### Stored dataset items
.....

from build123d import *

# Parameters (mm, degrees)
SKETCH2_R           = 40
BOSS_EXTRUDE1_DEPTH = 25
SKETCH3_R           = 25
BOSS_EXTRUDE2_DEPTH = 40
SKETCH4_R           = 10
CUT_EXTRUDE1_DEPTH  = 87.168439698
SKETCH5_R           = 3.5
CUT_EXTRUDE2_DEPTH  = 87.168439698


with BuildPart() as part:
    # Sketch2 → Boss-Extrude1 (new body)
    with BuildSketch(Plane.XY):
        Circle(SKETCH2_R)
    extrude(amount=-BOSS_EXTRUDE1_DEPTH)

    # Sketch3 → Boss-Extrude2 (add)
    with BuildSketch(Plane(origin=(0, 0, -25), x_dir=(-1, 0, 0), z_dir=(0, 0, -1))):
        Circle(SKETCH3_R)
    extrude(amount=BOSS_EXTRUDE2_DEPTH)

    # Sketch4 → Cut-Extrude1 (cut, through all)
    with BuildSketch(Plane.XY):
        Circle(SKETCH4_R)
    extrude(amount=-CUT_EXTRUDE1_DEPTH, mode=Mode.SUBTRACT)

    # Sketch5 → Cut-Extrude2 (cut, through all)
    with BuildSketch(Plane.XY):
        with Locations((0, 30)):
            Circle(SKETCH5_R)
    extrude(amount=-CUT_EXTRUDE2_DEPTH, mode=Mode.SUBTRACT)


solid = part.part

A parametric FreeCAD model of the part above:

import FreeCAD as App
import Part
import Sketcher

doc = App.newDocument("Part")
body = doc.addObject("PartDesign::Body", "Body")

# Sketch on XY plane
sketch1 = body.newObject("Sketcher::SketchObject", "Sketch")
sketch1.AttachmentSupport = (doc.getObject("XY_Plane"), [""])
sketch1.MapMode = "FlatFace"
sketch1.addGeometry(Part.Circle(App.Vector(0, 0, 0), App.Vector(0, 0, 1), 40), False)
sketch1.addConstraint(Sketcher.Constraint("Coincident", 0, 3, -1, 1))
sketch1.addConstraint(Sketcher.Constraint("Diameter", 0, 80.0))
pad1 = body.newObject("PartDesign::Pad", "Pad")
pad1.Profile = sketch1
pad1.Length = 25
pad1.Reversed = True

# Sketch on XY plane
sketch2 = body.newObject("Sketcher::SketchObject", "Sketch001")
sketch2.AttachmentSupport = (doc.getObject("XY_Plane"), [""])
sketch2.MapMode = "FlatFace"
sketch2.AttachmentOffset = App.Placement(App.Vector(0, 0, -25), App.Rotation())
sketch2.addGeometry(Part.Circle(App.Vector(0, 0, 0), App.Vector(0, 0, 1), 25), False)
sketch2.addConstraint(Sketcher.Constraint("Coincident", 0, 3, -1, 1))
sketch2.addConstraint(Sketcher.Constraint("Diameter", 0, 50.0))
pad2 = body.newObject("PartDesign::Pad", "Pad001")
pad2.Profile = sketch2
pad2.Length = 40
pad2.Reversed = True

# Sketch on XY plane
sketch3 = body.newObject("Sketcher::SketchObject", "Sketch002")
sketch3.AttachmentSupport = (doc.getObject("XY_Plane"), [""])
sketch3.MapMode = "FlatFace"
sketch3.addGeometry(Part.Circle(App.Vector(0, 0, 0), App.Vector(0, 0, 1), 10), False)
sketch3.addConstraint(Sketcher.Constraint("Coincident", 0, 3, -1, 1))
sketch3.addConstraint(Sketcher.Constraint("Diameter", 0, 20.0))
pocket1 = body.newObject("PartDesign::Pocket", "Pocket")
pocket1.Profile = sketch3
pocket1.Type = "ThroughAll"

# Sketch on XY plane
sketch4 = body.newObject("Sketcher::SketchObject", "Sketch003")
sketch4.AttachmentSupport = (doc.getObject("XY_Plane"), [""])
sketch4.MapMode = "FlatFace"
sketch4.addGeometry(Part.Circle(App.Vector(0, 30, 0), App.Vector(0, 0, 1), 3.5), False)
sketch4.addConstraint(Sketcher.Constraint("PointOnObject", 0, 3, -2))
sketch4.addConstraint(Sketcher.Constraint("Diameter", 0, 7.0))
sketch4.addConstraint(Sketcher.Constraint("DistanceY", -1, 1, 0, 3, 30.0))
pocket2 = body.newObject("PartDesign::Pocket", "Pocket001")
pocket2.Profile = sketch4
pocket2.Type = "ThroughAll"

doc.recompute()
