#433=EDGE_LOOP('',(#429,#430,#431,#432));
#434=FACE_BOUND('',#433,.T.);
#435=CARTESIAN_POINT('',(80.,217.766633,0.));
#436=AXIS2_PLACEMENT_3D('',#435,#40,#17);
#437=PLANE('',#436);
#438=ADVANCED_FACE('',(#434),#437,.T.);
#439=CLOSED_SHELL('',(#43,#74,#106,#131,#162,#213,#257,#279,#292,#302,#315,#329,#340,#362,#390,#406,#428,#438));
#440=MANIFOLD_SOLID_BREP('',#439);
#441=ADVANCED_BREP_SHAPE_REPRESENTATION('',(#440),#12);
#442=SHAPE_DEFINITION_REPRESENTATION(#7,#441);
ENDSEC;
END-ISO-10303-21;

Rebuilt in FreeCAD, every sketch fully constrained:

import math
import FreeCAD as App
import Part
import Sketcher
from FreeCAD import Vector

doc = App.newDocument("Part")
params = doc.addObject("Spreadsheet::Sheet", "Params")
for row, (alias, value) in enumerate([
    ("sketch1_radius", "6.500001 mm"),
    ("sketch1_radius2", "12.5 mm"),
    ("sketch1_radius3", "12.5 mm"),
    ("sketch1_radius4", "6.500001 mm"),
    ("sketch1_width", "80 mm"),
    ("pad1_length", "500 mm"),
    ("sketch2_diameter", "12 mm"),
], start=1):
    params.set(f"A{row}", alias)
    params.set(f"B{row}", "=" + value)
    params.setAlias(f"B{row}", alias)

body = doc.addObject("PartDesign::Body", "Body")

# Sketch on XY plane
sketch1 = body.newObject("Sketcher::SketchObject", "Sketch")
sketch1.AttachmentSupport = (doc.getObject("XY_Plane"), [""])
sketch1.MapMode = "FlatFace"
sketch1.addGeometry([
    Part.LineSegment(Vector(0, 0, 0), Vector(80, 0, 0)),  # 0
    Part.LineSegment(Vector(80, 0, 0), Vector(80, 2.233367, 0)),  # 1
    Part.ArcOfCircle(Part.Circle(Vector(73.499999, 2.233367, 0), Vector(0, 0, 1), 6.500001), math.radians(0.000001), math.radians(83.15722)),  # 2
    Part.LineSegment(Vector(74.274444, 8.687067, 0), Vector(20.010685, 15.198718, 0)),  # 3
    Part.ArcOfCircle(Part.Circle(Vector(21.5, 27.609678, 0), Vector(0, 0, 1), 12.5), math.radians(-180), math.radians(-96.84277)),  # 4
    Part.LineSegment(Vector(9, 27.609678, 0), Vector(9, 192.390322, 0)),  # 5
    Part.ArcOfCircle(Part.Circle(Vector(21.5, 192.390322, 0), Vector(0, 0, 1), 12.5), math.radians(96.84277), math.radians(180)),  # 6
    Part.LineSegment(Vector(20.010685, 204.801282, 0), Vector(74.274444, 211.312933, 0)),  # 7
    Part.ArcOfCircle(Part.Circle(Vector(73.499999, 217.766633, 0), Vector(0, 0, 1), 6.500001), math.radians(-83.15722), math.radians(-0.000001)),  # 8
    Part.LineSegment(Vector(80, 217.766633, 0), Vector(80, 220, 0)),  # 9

.....

### Your goal
Show the data once more, exactly as it was written.

### Exercise result
from build123d import *

# Parameters (mm, degrees)
SKETCH2_R           = 40
BOSS_EXTRUDE1_DEPTH = 25
SKETCH3_R           = 25
BOSS_EXTRUDE2_DEPTH = 40
SKETCH4_R           = 10
CUT_EXTRUDE1_DEPTH  = 87.168439698
SKETCH5_R           = 3.5
CUT_EXTRUDE2_DEPTH  = 87.168439698


with BuildPart() as part:
    # Sketch2 → Boss-Extrude1 (new body)
    with BuildSketch(Plane.XY):
        Circle(SKETCH2_R)
    extrude(amount=-BOSS_EXTRUDE1_DEPTH)

    # Sketch3 → Boss-Extrude2 (add)
    with BuildSketch(Plane(origin=(0, 0, -25), x_dir=(-1, 0, 0), z_dir=(0, 0, -1))):
        Circle(SKETCH3_R)
    extrude(amount=BOSS_EXTRUDE2_DEPTH)

    # Sketch4 → Cut-Extrude1 (cut, through all)
    with BuildSketch(Plane.XY):
        Circle(SKETCH4_R)
    extrude(amount=-CUT_EXTRUDE1_DEPTH, mode=Mode.SUBTRACT)

    # Sketch5 → Cut-Extrude2 (cut, through all)
    with BuildSketch(Plane.XY):
        with Locations((0, 30)):
            Circle(SKETCH5_R)
    extrude(amount=-CUT_EXTRUDE2_DEPTH, mode=Mode.SUBTRACT)


solid = part.part

A parametric FreeCAD model of the part above:

import FreeCAD as App
import Part
import Sketcher

doc = App.newDocument("Part")
body = doc.addObject("PartDesign::Body", "Body")

# Sketch on XY plane
sketch1 = body.newObject("Sketcher::SketchObject", "Sketch")
sketch1.AttachmentSupport = (doc.getObject("XY_Plane"), [""])
sketch1.MapMode = "FlatFace"
sketch1.addGeometry(Part.Circle(App.Vector(0, 0, 0), App.Vector(0, 0, 1), 40), False)
sketch1.addConstraint(Sketcher.Constraint("Coincident", 0, 3, -1, 1))
sketch1.addConstraint(Sketcher.Constraint("Diameter", 0, 80.0))
pad1 = body.newObject("PartDesign::Pad", "Pad")
pad1.Profile = sketch1
pad1.Length = 25
pad1.Reversed = True

# Sketch on XY plane
sketch2 = body.newObject("Sketcher::SketchObject", "Sketch001")
sketch2.AttachmentSupport = (doc.getObject("XY_Plane"), [""])
sketch2.MapMode = "FlatFace"
sketch2.AttachmentOffset = App.Placement(App.Vector(0, 0, -25), App.Rotation())
sketch2.addGeometry(Part.Circle(App.Vector(0, 0, 0), App.Vector(0, 0, 1), 25), False)
sketch2.addConstraint(Sketcher.Constraint("Coincident", 0, 3, -1, 1))
sketch2.addConstraint(Sketcher.Constraint("Diameter", 0, 50.0))
pad2 = body.newObject("PartDesign::Pad", "Pad001")
pad2.Profile = sketch2
pad2.Length = 40
pad2.Reversed = True

# Sketch on XY plane
sketch3 = body.newObject("Sketcher::SketchObject", "Sketch002")
sketch3.AttachmentSupport = (doc.getObject("XY_Plane"), [""])
sketch3.MapMode = "FlatFace"
sketch3.addGeometry(Part.Circle(App.Vector(0, 0, 0), App.Vector(0, 0, 1), 10), False)
sketch3.addConstraint(Sketcher.Constraint("Coincident", 0, 3, -1, 1))
sketch3.addConstraint(Sketcher.Constraint("Diameter", 0, 20.0))
pocket1 = body.newObject("PartDesign::Pocket", "Pocket")
pocket1.Profile = sketch3
pocket1.Type = "ThroughAll"

# Sketch on XY plane
sketch4 = body.newObject("Sketcher::SketchObject", "Sketch003")
sketch4.AttachmentSupport = (doc.getObject("XY_Plane"), [""])
sketch4.MapMode = "FlatFace"
sketch4.addGeometry(Part.Circle(App.Vector(0, 30, 0), App.Vector(0, 0, 1), 3.5), False)
sketch4.addConstraint(Sketcher.Constraint("PointOnObject", 0, 3, -2))
sketch4.addConstraint(Sketcher.Constraint("Diameter", 0, 7.0))
sketch4.addConstraint(Sketcher.Constraint("DistanceY", -1, 1, 0, 3, 30.0))
pocket2 = body.newObject("PartDesign::Pocket", "Pocket001")
pocket2.Profile = sketch4
pocket2.Type = "ThroughAll"

doc.recompute()
#433=EDGE_LOOP('',(#429,#430,#431,#432));
#434=FACE_BOUND('',#433,.T.);
#435=CARTESIAN_POINT('',(80.,217.766633,0.));
#436=AXIS2_PLACEMENT_3D('',#435,#40,#17);
#437=PLANE('',#436);
#438=ADVANCED_FACE('',(#434),#437,.T.);
#439=CLOSED_SHELL('',(#43,#74,#106,#131,#162,#213,#257,#279,#292,#302,#315,#329,#340,#362,#390,#406,#428,#438));
#440=MANIFOLD_SOLID_BREP('',#439);
#441=ADVANCED_BREP_SHAPE_REPRESENTATION('',(#440),#12);
#442=SHAPE_DEFINITION_REPRESENTATION(#7,#441);
ENDSEC;
END-ISO-10303-21;

Rebuilt in FreeCAD, every sketch fully constrained:

import math
import FreeCAD as App
import Part
import Sketcher
from FreeCAD import Vector

doc = App.newDocument("Part")
params = doc.addObject("Spreadsheet::Sheet", "Params")
for row, (alias, value) in enumerate([
    ("sketch1_radius", "6.500001 mm"),
    ("sketch1_radius2", "12.5 mm"),
    ("sketch1_radius3", "12.5 mm"),
    ("sketch1_radius4", "6.500001 mm"),
    ("sketch1_width", "80 mm"),
    ("pad1_length", "500 mm"),
    ("sketch2_diameter", "12 mm"),
], start=1):
    params.set(f"A{row}", alias)
    params.set(f"B{row}", "=" + value)
    params.setAlias(f"B{row}", alias)

body = doc.addObject("PartDesign::Body", "Body")

# Sketch on XY plane
sketch1 = body.newObject("Sketcher::SketchObject", "Sketch")
sketch1.AttachmentSupport = (doc.getObject("XY_Plane"), [""])
sketch1.MapMode = "FlatFace"
sketch1.addGeometry([
    Part.LineSegment(Vector(0, 0, 0), Vector(80, 0, 0)),  # 0
    Part.LineSegment(Vector(80, 0, 0), Vector(80, 2.233367, 0)),  # 1
    Part.ArcOfCircle(Part.Circle(Vector(73.499999, 2.233367, 0), Vector(0, 0, 1), 6.500001), math.radians(0.000001), math.radians(83.15722)),  # 2
    Part.LineSegment(Vector(74.274444, 8.687067, 0), Vector(20.010685, 15.198718, 0)),  # 3
    Part.ArcOfCircle(Part.Circle(Vector(21.5, 27.609678, 0), Vector(0, 0, 1), 12.5), math.radians(-180), math.radians(-96.84277)),  # 4
    Part.LineSegment(Vector(9, 27.609678, 0), Vector(9, 192.390322, 0)),  # 5
    Part.ArcOfCircle(Part.Circle(Vector(21.5, 192.390322, 0), Vector(0, 0, 1), 12.5), math.radians(96.84277), math.radians(180)),  # 6
    Part.LineSegment(Vector(20.010685, 204.801282, 0), Vector(74.274444, 211.312933, 0)),  # 7
    Part.ArcOfCircle(Part.Circle(Vector(73.499999, 217.766633, 0), Vector(0, 0, 1), 6.500001), math.radians(-83.15722), math.radians(-0.000001)),  # 8
    Part.LineSegment(Vector(80, 217.766633, 0), Vector(80, 220, 0)),  # 9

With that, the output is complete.